##### MATERIAL PROVIDED #####

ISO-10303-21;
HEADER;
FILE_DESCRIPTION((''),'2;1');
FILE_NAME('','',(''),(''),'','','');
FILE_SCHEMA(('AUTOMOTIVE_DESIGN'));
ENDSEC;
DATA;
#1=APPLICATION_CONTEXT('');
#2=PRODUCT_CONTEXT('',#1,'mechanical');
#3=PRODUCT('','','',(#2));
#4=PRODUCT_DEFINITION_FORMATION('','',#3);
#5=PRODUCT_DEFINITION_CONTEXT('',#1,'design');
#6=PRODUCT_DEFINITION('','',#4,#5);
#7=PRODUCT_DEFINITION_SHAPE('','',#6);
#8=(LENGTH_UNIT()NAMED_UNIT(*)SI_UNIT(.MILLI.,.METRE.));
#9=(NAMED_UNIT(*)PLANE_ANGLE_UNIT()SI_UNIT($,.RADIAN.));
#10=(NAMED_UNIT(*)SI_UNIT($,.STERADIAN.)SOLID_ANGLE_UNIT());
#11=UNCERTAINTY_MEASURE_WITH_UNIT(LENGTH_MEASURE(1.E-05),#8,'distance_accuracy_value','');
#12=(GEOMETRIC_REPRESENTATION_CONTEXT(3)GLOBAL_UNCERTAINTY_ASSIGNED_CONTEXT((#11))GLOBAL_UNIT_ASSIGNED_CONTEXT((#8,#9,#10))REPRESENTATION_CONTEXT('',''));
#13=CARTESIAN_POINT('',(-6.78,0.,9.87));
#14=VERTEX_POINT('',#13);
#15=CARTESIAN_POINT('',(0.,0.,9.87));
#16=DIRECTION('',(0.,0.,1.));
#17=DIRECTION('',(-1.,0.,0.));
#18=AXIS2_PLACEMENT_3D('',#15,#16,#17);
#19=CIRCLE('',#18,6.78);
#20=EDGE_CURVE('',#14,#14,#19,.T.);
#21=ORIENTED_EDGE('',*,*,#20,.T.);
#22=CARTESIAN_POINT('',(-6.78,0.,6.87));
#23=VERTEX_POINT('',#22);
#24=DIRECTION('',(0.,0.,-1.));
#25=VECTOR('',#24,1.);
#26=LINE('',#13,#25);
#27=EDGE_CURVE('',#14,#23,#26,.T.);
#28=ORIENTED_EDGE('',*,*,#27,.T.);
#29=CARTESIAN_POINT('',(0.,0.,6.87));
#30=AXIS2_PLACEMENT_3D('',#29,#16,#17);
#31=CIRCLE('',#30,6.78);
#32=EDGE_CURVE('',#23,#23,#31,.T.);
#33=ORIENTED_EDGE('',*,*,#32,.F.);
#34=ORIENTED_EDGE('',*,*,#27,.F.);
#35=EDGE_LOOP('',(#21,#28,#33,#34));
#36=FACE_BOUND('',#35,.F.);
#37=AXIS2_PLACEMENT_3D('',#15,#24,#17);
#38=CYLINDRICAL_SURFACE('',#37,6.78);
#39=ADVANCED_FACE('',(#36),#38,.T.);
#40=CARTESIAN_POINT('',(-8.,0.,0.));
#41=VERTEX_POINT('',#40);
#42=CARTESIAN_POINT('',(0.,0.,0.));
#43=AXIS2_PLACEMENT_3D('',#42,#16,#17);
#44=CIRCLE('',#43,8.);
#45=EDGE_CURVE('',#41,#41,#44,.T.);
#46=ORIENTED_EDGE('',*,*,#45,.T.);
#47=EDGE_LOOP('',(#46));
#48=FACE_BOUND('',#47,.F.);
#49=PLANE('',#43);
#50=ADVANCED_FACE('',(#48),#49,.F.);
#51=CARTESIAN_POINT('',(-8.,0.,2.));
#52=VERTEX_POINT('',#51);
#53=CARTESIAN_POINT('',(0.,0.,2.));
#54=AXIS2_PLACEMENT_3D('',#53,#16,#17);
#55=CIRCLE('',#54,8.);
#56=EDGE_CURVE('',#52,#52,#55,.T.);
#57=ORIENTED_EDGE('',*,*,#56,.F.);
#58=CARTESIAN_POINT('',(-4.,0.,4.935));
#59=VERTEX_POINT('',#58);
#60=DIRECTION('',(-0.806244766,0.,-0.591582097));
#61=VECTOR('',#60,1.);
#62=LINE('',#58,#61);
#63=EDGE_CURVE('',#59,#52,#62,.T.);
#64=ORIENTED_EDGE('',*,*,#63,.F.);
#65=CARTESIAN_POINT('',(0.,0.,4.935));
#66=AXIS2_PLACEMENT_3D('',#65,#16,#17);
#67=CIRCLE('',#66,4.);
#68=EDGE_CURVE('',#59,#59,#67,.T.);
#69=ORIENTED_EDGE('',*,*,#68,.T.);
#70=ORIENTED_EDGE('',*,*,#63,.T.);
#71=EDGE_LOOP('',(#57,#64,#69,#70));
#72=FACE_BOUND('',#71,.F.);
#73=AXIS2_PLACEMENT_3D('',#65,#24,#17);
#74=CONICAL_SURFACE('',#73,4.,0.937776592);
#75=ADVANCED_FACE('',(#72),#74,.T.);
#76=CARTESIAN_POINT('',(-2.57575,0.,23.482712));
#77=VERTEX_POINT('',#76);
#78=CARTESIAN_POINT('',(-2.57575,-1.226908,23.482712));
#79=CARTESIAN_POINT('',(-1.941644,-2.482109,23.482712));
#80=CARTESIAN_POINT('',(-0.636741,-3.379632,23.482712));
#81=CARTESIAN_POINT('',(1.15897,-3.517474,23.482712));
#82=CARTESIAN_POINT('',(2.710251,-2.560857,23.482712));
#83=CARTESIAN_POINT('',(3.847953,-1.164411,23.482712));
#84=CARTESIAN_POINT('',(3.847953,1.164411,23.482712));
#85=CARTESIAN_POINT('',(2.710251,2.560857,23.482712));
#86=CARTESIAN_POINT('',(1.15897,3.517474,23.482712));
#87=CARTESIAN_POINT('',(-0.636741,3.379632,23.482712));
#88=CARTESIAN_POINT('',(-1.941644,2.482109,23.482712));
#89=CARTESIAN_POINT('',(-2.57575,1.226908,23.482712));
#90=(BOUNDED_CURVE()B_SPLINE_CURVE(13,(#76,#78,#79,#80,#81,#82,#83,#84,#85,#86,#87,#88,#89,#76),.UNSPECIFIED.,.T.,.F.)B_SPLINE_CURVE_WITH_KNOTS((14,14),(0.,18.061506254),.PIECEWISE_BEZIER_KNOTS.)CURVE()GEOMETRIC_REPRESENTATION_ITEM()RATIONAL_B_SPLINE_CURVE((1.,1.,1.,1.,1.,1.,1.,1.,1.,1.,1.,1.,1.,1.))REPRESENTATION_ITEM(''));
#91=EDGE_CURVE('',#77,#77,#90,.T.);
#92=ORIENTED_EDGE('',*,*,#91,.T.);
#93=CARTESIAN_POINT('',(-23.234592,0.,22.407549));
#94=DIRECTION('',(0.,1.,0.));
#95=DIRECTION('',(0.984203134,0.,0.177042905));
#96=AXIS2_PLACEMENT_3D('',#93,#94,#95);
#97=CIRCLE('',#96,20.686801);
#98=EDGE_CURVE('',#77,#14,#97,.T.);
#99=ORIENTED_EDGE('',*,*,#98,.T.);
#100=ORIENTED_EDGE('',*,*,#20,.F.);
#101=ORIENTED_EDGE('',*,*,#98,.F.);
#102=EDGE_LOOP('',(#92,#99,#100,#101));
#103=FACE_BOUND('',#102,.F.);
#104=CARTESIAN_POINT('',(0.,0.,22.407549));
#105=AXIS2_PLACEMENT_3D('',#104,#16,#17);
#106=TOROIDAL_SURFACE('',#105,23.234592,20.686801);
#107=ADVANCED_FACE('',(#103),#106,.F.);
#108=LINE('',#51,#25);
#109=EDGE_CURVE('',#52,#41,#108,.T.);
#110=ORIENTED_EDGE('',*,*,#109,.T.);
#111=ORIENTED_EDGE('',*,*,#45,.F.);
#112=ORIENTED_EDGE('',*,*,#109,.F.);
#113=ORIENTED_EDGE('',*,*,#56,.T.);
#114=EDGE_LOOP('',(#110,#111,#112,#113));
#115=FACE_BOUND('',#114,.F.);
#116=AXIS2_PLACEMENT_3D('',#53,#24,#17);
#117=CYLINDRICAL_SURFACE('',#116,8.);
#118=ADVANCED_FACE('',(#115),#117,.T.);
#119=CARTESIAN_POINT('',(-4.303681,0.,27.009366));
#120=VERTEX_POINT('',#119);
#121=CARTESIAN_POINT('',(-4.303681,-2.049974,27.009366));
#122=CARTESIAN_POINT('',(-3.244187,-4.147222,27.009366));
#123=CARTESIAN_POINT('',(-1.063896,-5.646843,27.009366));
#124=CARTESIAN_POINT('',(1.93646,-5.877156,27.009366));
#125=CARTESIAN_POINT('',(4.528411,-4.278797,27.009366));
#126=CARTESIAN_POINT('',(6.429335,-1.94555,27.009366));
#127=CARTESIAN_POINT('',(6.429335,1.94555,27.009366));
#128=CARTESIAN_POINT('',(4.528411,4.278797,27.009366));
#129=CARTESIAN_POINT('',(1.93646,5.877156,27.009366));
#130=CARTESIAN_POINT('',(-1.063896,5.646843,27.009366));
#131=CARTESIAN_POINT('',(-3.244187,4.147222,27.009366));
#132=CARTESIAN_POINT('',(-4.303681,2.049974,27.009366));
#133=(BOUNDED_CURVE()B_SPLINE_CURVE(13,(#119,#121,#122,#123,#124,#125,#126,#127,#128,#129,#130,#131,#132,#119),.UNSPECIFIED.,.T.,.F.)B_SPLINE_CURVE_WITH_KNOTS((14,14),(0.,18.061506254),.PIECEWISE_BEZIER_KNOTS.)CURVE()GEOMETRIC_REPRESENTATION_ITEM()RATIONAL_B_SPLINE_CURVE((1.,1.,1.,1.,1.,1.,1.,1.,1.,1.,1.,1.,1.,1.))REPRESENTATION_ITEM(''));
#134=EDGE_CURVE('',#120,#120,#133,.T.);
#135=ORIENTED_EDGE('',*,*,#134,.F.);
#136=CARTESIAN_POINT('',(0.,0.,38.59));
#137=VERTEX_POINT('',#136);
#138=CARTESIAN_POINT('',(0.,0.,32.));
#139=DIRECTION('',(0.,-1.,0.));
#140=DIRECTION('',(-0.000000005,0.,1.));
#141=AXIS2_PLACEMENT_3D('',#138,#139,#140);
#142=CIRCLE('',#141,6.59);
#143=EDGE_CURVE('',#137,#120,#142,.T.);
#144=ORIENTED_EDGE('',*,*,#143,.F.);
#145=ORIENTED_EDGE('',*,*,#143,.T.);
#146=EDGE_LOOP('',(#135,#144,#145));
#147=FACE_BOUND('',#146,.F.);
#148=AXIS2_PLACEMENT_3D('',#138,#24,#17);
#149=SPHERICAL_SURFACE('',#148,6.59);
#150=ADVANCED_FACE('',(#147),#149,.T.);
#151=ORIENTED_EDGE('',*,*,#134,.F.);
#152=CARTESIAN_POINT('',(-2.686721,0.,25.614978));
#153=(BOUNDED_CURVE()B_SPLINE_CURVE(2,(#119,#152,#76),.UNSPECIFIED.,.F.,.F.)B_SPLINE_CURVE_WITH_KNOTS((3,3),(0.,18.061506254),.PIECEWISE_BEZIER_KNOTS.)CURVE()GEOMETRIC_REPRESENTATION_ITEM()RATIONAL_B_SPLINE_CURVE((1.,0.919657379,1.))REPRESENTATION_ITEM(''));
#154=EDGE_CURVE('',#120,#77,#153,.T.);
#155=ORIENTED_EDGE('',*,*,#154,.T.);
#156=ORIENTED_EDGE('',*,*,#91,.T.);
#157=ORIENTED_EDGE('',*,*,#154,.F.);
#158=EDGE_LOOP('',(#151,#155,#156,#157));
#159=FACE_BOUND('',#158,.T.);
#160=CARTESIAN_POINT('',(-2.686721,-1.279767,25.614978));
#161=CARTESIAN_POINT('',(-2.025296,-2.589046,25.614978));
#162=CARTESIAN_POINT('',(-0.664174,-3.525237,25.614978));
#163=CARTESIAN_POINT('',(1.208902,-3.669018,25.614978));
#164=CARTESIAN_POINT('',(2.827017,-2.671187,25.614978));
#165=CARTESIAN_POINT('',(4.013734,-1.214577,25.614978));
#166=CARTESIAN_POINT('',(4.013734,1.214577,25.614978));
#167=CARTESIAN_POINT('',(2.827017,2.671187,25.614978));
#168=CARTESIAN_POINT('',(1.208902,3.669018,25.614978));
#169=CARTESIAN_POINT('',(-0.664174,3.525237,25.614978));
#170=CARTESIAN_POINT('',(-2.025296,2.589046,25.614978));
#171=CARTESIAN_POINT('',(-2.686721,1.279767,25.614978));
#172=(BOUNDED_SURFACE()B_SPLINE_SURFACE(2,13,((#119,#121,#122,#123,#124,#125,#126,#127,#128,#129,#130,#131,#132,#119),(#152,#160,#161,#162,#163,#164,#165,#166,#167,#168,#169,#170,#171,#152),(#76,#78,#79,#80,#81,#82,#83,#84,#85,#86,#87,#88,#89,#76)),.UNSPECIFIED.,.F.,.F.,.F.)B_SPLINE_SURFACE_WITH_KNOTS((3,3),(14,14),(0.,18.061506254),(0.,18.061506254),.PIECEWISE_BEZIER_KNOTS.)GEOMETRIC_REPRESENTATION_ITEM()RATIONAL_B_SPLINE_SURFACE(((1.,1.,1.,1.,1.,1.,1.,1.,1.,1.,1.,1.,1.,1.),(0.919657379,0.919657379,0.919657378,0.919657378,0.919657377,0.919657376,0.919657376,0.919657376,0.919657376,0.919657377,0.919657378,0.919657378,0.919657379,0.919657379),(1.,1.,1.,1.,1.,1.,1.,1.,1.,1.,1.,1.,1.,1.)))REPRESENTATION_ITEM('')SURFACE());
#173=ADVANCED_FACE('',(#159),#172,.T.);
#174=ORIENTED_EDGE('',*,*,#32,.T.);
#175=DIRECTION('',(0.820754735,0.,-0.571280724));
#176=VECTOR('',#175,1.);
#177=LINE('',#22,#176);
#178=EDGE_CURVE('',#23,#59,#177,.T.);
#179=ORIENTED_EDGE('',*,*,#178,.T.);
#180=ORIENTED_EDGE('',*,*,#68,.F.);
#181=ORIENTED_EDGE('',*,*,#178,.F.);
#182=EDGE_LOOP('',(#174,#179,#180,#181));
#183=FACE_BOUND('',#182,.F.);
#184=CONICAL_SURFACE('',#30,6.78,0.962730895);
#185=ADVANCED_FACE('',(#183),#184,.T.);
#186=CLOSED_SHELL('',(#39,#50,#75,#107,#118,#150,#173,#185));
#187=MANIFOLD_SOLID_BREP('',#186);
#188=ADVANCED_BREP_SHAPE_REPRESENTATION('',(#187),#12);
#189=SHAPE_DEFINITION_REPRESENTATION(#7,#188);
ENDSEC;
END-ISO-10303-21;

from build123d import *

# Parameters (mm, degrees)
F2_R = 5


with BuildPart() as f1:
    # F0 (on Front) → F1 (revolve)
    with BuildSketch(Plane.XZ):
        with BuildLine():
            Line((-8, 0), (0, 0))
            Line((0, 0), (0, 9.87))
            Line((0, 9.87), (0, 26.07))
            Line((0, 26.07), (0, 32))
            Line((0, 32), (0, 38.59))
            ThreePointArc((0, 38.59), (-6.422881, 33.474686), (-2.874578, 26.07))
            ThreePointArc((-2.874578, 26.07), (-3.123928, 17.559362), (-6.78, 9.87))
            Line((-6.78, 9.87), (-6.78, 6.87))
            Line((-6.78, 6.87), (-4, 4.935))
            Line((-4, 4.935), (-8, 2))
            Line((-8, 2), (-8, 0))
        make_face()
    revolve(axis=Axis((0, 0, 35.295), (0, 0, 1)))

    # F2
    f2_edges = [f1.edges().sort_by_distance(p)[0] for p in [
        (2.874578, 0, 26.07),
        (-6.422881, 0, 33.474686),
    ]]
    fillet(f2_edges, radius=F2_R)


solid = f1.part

#####

* _DIRECTIONS_
Find the line with "#137=VERTEX_POINT('',#136);" in the entries above. Retype it and each line after it, exactly, through the line with "#161=CARTESIAN_POINT('',(-2.025296,-2.589046,25.614978));", and stop there.

* _ANSWER SPACE_
#137=VERTEX_POINT('',#136);
#138=CARTESIAN_POINT('',(0.,0.,32.));
#139=DIRECTION('',(0.,-1.,0.));
#140=DIRECTION('',(-0.000000005,0.,1.));
#141=AXIS2_PLACEMENT_3D('',#138,#139,#140);
#142=CIRCLE('',#141,6.59);
#143=EDGE_CURVE('',#137,#120,#142,.T.);
#144=ORIENTED_EDGE('',*,*,#143,.F.);
#145=ORIENTED_EDGE('',*,*,#143,.T.);
#146=EDGE_LOOP('',(#135,#144,#145));
#147=FACE_BOUND('',#146,.F.);
#148=AXIS2_PLACEMENT_3D('',#138,#24,#17);
#149=SPHERICAL_SURFACE('',#148,6.59);
#150=ADVANCED_FACE('',(#147),#149,.T.);
#151=ORIENTED_EDGE('',*,*,#134,.F.);
#152=CARTESIAN_POINT('',(-2.686721,0.,25.614978));
#153=(BOUNDED_CURVE()B_SPLINE_CURVE(2,(#119,#152,#76),.UNSPECIFIED.,.F.,.F.)B_SPLINE_CURVE_WITH_KNOTS((3,3),(0.,18.061506254),.PIECEWISE_BEZIER_KNOTS.)CURVE()GEOMETRIC_REPRESENTATION_ITEM()RATIONAL_B_SPLINE_CURVE((1.,0.919657379,1.))REPRESENTATION_ITEM(''));
#154=EDGE_CURVE('',#120,#77,#153,.T.);
#155=ORIENTED_EDGE('',*,*,#154,.T.);
#156=ORIENTED_EDGE('',*,*,#91,.T.);
#157=ORIENTED_EDGE('',*,*,#154,.F.);
#158=EDGE_LOOP('',(#151,#155,#156,#157));
#159=FACE_BOUND('',#158,.T.);
#160=CARTESIAN_POINT('',(-2.686721,-1.279767,25.614978));
#161=CARTESIAN_POINT('',(-2.025296,-2.589046,25.614978));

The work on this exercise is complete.